TTL with open collector output

The main feature is that its output is 0 when low and floating when high. Usually, an external Vcc may be applied.

Transistor Q1 behaves as a cluster of diodes placed back to back. With any of the input at logic low, the corresponding emitter-base junction is forward biased and the voltage drop across the base of Q1 is around 0.9V, not enough for the transistors Q2 and Q3 to conduct. Thus the output is either floating or Vcc, i.e. High level.

Similarly, when all inputs are high, all base-emitter junctions of Q1 are reverse biased and transistor Q2 and Q3 get enough base current and are in saturation mode. The output is at logic low. (For a transistor to go to saturation, collector current should be greater than β times the base current).

Totem Pole Output:

Totem Pole means the addition of an active pull up the circuit in the output of the Gate which results in a reduction of propagation delay.

Logic operation is the same as the open collector output. The use of transistors Q4 and diode is to provide quick charging and discharging of parasitic capacitance across Q3. The resistor is used to keep the output current to a safe value.

Three state Gate:

It provides 3 state output.

1. Low-level state when a lower transistor is ON and an upper transistor is OFF.
2. High-level state when the lower transistor is OFF and the upper transistor is ON.
3. Third state when both transistors are OFF. It allows a direct wire connection of many outputs.
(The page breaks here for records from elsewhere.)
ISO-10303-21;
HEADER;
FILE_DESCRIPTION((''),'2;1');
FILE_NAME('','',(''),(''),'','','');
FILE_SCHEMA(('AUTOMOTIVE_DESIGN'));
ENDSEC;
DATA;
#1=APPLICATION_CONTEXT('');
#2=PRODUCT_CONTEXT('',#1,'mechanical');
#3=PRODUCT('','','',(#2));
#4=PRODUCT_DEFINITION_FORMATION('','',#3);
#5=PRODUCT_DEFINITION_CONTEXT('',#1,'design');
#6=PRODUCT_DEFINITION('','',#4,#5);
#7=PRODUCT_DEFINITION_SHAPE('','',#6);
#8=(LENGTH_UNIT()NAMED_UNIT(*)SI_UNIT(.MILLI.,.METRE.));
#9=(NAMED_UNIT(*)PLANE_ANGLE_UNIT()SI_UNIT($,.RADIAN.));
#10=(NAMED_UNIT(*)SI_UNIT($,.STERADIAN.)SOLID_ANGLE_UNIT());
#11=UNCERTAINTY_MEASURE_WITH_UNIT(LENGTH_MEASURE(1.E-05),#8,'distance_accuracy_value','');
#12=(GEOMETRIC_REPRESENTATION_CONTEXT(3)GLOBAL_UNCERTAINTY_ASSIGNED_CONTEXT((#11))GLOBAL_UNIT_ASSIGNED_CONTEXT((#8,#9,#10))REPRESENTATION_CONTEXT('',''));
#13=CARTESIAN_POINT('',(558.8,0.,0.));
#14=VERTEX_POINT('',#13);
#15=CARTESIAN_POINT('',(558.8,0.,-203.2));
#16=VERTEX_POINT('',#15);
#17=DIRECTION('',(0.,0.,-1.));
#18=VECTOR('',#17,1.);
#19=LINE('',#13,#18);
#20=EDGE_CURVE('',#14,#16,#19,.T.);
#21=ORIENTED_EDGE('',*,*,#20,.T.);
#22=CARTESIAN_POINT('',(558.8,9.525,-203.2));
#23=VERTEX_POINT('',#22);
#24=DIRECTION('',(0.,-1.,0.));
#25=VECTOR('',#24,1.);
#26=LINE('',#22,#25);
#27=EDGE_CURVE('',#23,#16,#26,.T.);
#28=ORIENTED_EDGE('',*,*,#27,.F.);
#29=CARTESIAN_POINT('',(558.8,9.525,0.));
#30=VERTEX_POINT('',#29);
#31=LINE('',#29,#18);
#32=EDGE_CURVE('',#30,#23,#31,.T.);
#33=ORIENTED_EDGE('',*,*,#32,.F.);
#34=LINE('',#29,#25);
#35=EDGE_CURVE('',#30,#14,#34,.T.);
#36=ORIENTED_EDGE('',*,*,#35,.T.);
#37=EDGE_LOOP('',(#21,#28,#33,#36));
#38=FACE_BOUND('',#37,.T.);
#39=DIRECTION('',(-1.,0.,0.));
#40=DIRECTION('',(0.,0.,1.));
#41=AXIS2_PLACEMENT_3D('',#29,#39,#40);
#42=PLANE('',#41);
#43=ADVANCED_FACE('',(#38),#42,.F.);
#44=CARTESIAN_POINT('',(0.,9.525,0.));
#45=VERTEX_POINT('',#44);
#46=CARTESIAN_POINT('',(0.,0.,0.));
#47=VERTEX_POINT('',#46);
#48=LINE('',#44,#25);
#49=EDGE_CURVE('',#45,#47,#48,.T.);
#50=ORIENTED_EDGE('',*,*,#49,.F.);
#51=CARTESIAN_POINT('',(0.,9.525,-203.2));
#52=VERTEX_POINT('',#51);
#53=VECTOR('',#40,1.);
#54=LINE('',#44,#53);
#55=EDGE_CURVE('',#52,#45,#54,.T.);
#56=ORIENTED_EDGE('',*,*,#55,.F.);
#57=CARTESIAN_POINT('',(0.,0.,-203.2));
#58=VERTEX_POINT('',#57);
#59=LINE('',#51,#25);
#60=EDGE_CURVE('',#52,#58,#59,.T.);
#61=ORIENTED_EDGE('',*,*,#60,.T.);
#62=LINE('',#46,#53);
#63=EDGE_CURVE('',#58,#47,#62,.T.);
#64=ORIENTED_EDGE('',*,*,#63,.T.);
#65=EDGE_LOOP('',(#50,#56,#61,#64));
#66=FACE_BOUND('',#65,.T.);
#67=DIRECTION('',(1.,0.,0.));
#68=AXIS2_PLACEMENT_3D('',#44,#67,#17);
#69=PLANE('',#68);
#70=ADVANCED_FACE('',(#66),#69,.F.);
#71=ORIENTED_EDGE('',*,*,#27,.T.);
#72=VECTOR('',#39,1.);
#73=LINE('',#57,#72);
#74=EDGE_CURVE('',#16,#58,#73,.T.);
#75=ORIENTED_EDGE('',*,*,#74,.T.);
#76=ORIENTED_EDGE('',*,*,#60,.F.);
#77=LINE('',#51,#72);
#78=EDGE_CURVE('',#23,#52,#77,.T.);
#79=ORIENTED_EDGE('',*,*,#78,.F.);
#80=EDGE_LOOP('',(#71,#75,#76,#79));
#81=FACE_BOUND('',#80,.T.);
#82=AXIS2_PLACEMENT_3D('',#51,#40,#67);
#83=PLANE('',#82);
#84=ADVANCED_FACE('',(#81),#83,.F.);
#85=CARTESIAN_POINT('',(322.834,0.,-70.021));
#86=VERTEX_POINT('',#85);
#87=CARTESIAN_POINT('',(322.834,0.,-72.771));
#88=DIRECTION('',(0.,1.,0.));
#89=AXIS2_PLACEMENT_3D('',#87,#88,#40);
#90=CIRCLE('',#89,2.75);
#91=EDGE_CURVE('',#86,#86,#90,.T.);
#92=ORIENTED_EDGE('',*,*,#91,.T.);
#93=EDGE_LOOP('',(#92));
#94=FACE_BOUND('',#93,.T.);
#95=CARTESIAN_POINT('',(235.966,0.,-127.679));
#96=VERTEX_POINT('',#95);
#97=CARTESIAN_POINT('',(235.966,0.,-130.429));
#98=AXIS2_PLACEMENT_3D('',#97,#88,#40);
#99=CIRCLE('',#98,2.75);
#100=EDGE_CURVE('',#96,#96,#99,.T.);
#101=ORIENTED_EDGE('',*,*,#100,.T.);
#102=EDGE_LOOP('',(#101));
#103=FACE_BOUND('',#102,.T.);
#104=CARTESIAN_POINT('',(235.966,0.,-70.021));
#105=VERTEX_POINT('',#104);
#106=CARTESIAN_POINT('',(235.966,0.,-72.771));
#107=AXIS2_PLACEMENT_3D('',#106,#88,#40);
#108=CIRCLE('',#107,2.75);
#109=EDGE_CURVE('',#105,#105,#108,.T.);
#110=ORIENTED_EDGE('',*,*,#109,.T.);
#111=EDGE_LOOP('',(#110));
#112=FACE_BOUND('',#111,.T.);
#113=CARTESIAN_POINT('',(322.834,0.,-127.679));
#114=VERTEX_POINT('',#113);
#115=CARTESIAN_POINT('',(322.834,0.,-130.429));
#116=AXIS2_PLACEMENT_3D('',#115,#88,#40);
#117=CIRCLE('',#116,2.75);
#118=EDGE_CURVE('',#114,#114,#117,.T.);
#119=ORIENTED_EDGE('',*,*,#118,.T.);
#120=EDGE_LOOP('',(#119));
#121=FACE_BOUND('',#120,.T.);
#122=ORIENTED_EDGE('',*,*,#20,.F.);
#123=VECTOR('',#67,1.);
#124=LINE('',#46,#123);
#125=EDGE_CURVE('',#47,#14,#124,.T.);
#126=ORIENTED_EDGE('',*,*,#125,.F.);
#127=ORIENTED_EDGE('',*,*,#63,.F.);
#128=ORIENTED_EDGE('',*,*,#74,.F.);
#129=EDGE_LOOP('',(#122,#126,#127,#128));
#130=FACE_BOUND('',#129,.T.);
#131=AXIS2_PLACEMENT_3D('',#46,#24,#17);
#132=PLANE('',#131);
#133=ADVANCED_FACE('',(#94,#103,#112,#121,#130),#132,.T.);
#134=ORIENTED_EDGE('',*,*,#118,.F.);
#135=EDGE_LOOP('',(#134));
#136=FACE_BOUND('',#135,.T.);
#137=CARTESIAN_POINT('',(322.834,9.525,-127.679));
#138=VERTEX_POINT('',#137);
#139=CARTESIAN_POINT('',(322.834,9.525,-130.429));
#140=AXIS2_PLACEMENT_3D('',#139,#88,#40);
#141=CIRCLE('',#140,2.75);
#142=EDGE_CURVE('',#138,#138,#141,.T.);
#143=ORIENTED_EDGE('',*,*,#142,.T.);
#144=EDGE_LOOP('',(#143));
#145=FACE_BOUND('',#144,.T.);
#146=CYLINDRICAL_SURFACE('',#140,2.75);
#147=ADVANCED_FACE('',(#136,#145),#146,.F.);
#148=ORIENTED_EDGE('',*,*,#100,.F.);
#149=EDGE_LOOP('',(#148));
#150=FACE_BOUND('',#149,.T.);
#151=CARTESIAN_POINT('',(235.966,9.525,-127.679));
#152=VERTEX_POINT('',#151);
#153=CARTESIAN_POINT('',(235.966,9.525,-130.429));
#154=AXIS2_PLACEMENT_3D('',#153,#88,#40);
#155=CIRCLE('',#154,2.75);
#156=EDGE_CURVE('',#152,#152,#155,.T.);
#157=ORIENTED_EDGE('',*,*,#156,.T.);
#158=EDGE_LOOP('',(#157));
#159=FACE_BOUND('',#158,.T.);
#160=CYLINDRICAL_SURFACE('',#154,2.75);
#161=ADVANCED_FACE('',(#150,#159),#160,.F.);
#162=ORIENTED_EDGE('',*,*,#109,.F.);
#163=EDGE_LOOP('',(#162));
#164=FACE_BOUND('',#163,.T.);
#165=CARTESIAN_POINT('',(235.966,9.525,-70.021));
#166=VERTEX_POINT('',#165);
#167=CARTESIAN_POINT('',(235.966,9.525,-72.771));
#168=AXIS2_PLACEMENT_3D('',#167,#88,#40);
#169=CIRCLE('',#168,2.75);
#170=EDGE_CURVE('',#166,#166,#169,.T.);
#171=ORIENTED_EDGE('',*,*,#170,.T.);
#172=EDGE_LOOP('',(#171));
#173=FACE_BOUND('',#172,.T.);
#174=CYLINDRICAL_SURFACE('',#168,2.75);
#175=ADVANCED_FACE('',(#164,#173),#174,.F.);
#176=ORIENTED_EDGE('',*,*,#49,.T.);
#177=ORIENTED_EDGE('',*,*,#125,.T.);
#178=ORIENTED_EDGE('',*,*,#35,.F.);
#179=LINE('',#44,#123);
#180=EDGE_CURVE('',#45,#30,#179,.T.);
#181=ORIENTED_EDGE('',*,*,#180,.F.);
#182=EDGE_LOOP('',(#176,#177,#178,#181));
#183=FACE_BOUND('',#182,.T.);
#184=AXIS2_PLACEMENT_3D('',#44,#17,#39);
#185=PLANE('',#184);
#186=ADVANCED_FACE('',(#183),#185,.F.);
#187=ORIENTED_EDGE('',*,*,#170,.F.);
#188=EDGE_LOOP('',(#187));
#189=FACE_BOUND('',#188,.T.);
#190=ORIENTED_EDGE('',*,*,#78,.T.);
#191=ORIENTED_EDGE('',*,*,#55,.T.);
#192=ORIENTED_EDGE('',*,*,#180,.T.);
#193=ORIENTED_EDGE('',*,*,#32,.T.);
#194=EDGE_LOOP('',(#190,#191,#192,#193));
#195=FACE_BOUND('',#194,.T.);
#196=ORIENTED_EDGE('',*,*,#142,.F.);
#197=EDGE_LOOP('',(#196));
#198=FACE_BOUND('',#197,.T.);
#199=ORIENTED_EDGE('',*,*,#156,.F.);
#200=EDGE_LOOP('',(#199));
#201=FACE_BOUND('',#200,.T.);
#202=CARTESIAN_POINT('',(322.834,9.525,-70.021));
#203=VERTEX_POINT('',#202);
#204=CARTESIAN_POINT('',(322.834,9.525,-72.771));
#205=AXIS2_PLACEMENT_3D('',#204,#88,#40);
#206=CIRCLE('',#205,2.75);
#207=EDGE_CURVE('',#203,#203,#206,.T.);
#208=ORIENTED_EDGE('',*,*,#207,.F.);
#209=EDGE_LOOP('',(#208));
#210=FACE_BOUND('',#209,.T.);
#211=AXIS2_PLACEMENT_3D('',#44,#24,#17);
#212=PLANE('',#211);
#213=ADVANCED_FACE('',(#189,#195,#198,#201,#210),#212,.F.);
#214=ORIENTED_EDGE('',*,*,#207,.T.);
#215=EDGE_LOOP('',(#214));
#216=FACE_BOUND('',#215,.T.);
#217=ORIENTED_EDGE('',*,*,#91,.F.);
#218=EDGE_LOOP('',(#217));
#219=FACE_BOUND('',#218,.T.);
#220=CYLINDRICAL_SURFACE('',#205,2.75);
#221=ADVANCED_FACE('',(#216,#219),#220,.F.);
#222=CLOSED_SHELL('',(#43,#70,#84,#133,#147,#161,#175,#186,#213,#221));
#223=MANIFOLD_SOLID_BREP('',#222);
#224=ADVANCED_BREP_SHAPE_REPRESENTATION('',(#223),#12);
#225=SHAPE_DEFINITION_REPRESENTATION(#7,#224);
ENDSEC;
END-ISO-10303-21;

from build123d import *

# Parameters (mm, degrees)
SKETCH1_W                  = 558.8
SKETCH1_H                  = 203.2
TABLE_BLANK_DEPTH          = 9.525
TABLE_HOLES_M5_CLEARANCE_D = 5.5


with BuildPart() as part:
    # Sketch1 → Table Blank (new body)
    with BuildSketch(Plane(origin=(0, 0, 0), x_dir=(1, 0, 0), z_dir=(0, 1, 0))):
        with Locations((279.4, 101.6)):
            Rectangle(SKETCH1_W, SKETCH1_H)
    extrude(amount=TABLE_BLANK_DEPTH)

    # Table Holes (M5 Clearance) (through all)
    with Locations(Plane(origin=(0, 9.525, 0), x_dir=(1, 0, 0), z_dir=(0, 1, 0))):
        with Locations((235.966, 130.429), (322.834, 130.429), (322.834, 72.771), (235.966, 72.771)):
            Hole(TABLE_HOLES_M5_CLEARANCE_D / 2)


solid = part.part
1.3   Operation of TTL NAND gate

In the single-input (inverter) circuit, grounding the input resulted in an output that assumed the “high” (1) state. In the case of the open-collector output configuration, this “high” state was simply “floating.”

Allowing the input to float (or be connected to Vcc) resulted in the output becoming grounded, which is the “low” or 0 state. Thus, a 1 in resulted in a 0 out, and vice versa.

AND

To create an AND function using TTL circuitry, we need to increase the complexity of this circuit by adding an inverter stage to the output, just like we had to add an additional transistor stage to the TTL inverter circuit to turn it into a buffer:

Of course, both NAND and AND gate circuits may be designed with totem-pole output stages rather than open-collector. I am opting to show the open-collector versions for the sake of simplicity.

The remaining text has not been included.